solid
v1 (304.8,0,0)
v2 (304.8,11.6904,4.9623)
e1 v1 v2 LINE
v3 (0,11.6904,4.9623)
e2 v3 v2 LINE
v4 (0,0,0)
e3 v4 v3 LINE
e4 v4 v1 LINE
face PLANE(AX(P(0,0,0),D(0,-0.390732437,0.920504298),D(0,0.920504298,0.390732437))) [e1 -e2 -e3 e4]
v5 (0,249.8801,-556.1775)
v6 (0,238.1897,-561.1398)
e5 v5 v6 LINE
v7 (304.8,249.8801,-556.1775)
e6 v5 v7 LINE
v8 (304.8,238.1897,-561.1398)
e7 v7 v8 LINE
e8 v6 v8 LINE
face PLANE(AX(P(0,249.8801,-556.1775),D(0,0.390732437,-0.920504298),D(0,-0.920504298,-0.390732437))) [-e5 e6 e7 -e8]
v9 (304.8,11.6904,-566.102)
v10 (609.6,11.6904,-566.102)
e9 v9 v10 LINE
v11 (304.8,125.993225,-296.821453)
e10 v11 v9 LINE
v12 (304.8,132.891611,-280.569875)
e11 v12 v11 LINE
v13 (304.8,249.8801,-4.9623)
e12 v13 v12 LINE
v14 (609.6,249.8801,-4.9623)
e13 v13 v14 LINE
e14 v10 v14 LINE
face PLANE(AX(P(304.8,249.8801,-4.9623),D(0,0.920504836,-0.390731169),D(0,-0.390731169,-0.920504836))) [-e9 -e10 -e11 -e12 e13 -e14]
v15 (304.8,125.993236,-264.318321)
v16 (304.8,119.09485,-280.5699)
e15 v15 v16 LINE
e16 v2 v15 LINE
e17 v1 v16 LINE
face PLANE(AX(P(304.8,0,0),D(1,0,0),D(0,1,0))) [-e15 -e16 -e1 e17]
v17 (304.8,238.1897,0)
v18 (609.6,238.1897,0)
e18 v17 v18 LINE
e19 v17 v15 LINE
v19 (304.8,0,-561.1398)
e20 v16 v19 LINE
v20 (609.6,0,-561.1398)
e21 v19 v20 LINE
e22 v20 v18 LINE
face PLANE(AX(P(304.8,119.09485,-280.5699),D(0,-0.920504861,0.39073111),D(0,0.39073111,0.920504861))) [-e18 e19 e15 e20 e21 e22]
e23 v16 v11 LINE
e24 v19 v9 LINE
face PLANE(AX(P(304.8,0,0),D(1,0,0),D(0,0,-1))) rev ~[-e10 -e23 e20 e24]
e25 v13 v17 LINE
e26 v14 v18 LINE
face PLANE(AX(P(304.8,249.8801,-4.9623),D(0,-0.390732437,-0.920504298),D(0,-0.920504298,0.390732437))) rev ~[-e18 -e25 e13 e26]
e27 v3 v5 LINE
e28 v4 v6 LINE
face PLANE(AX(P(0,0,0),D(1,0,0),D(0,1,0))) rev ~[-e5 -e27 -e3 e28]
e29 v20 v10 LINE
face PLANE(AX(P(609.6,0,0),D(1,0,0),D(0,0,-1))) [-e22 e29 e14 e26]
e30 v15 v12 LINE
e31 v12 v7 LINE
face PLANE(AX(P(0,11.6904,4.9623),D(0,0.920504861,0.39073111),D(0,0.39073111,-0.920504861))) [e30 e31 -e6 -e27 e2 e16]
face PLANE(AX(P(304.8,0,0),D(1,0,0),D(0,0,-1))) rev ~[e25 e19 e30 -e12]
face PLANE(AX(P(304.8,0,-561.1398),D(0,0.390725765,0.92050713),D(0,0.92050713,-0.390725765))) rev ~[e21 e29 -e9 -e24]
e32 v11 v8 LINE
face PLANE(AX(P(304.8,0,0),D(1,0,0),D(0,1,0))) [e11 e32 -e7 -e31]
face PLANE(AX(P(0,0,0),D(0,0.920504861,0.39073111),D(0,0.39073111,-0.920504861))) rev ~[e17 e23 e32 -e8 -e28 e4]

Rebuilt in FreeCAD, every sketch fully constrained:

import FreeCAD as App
import Part
import Sketcher
from FreeCAD import Vector
Q = App.Units.Quantity


def add_polygon(sketch, points):
    """Adds a closed chain of lines whose ends are joined by coincident constraints."""
    first, n = sketch.GeometryCount, len(points)
    for a, b in zip(points, points[1:] + points[:1]):
        sketch.addGeometry(Part.LineSegment(App.Vector(*a, 0), App.Vector(*b, 0)), False)
    for i in range(n):
        sketch.addConstraint(Sketcher.Constraint("Coincident", first + i, 2, first + (i + 1) % n, 1))

doc = App.newDocument("Part")
body = doc.addObject("PartDesign::Body", "Body")

sketch1 = doc.addObject("Sketcher::SketchObject", "Sketch")
body.addObject(sketch1)
sketch1.AttachmentSupport = (doc.YZ_Plane, [""])
sketch1.MapMode = "FlatFace"
add_polygon(sketch1, [(12, 5), (0, 0), (238, -561), (250, -556)])
sketch1.addConstraint([
    Sketcher.Constraint("Coincident", 0, 2, -1, 1),
    Sketcher.Constraint("Perpendicular", 0, 1),
    Sketcher.Constraint("Perpendicular", 1, 2),
    Sketcher.Constraint("Perpendicular", 2, 3),
    Sketcher.Constraint("Distance", 1, Q("24 in")),
    Sketcher.Constraint("Angle", 2, Q("23 deg")),
    Sketcher.Constraint("Distance", 0, Q("0.5 in")),
])
pad1 = doc.addObject("PartDesign::Pad", "Pad")
body.addObject(pad1)
pad1.Profile = sketch1
pad1.Length = Q("12 in")

sketch2 = doc.addObject("Sketcher::SketchObject", "Sketch001")
body.addObject(sketch2)
sketch2.AttachmentSupport = (doc.YZ_Plane, [""])
sketch2.MapMode = "FlatFace"
sketch2.AttachmentOffset = App.Placement(Vector(0, 0, 12 * 25.4), App.Rotation())
add_polygon(sketch2, [(238.1897, 0), (0, -561.1398), (11.6904, -566.102), (249.8801, -4.9623)])
sketch2.addConstraint([
    Sketcher.Constraint("PointOnObject", 0, 2, -2),
    Sketcher.Constraint("PointOnObject", 3, 2, -1),
    Sketcher.Constraint("Distance", 0, Q("24 in")),
    Sketcher.Constraint("Distance", 2, Q("24 in")),
    Sketcher.Constraint("Distance", 1, Q("0.5 in")),
    Sketcher.Constraint("Distance", 3, Q("0.5 in")),
    Sketcher.Constraint("DistanceX", -1, 1, 2, 2, Q("9.8378 in")),
    Sketcher.Constraint("DistanceX", 1, 2, 3, 2, Q("8.9173 in")),
])
pad2 = doc.addObject("PartDesign::Pad", "Pad001")
body.addObject(pad2)
pad2.Profile = sketch2
pad2.Length = Q("12 in")

doc.recompute()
***
**What you have to do**
Starting at the line that has "e5 v5 v6 LINE" and ending at the line that has "e31 v12 v7 LINE", please write out the lines above exactly, leaving out all others.

**Response to the exercise**
e5 v5 v6 LINE
v7 (304.8,249.8801,-556.1775)
e6 v5 v7 LINE
v8 (304.8,238.1897,-561.1398)
e7 v7 v8 LINE
e8 v6 v8 LINE
face PLANE(AX(P(0,249.8801,-556.1775),D(0,0.390732437,-0.920504298),D(0,-0.920504298,-0.390732437))) [-e5 e6 e7 -e8]
v9 (304.8,11.6904,-566.102)
v10 (609.6,11.6904,-566.102)
e9 v9 v10 LINE
v11 (304.8,125.993225,-296.821453)
e10 v11 v9 LINE
v12 (304.8,132.891611,-280.569875)
e11 v12 v11 LINE
v13 (304.8,249.8801,-4.9623)
e12 v13 v12 LINE
v14 (609.6,249.8801,-4.9623)
e13 v13 v14 LINE
e14 v10 v14 LINE
face PLANE(AX(P(304.8,249.8801,-4.9623),D(0,0.920504836,-0.390731169),D(0,-0.390731169,-0.920504836))) [-e9 -e10 -e11 -e12 e13 -e14]
v15 (304.8,125.993236,-264.318321)
v16 (304.8,119.09485,-280.5699)
e15 v15 v16 LINE
e16 v2 v15 LINE
e17 v1 v16 LINE
face PLANE(AX(P(304.8,0,0),D(1,0,0),D(0,1,0))) [-e15 -e16 -e1 e17]
v17 (304.8,238.1897,0)
v18 (609.6,238.1897,0)
e18 v17 v18 LINE
e19 v17 v15 LINE
v19 (304.8,0,-561.1398)
e20 v16 v19 LINE
v20 (609.6,0,-561.1398)
e21 v19 v20 LINE
e22 v20 v18 LINE
face PLANE(AX(P(304.8,119.09485,-280.5699),D(0,-0.920504861,0.39073111),D(0,0.39073111,0.920504861))) [-e18 e19 e15 e20 e21 e22]
e23 v16 v11 LINE
e24 v19 v9 LINE
face PLANE(AX(P(304.8,0,0),D(1,0,0),D(0,0,-1))) rev ~[-e10 -e23 e20 e24]
e25 v13 v17 LINE
e26 v14 v18 LINE
face PLANE(AX(P(304.8,249.8801,-4.9623),D(0,-0.390732437,-0.920504298),D(0,-0.920504298,0.390732437))) rev ~[-e18 -e25 e13 e26]
e27 v3 v5 LINE
e28 v4 v6 LINE
face PLANE(AX(P(0,0,0),D(1,0,0),D(0,1,0))) rev ~[-e5 -e27 -e3 e28]
e29 v20 v10 LINE
face PLANE(AX(P(609.6,0,0),D(1,0,0),D(0,0,-1))) [-e22 e29 e14 e26]
e30 v15 v12 LINE
e31 v12 v7 LINE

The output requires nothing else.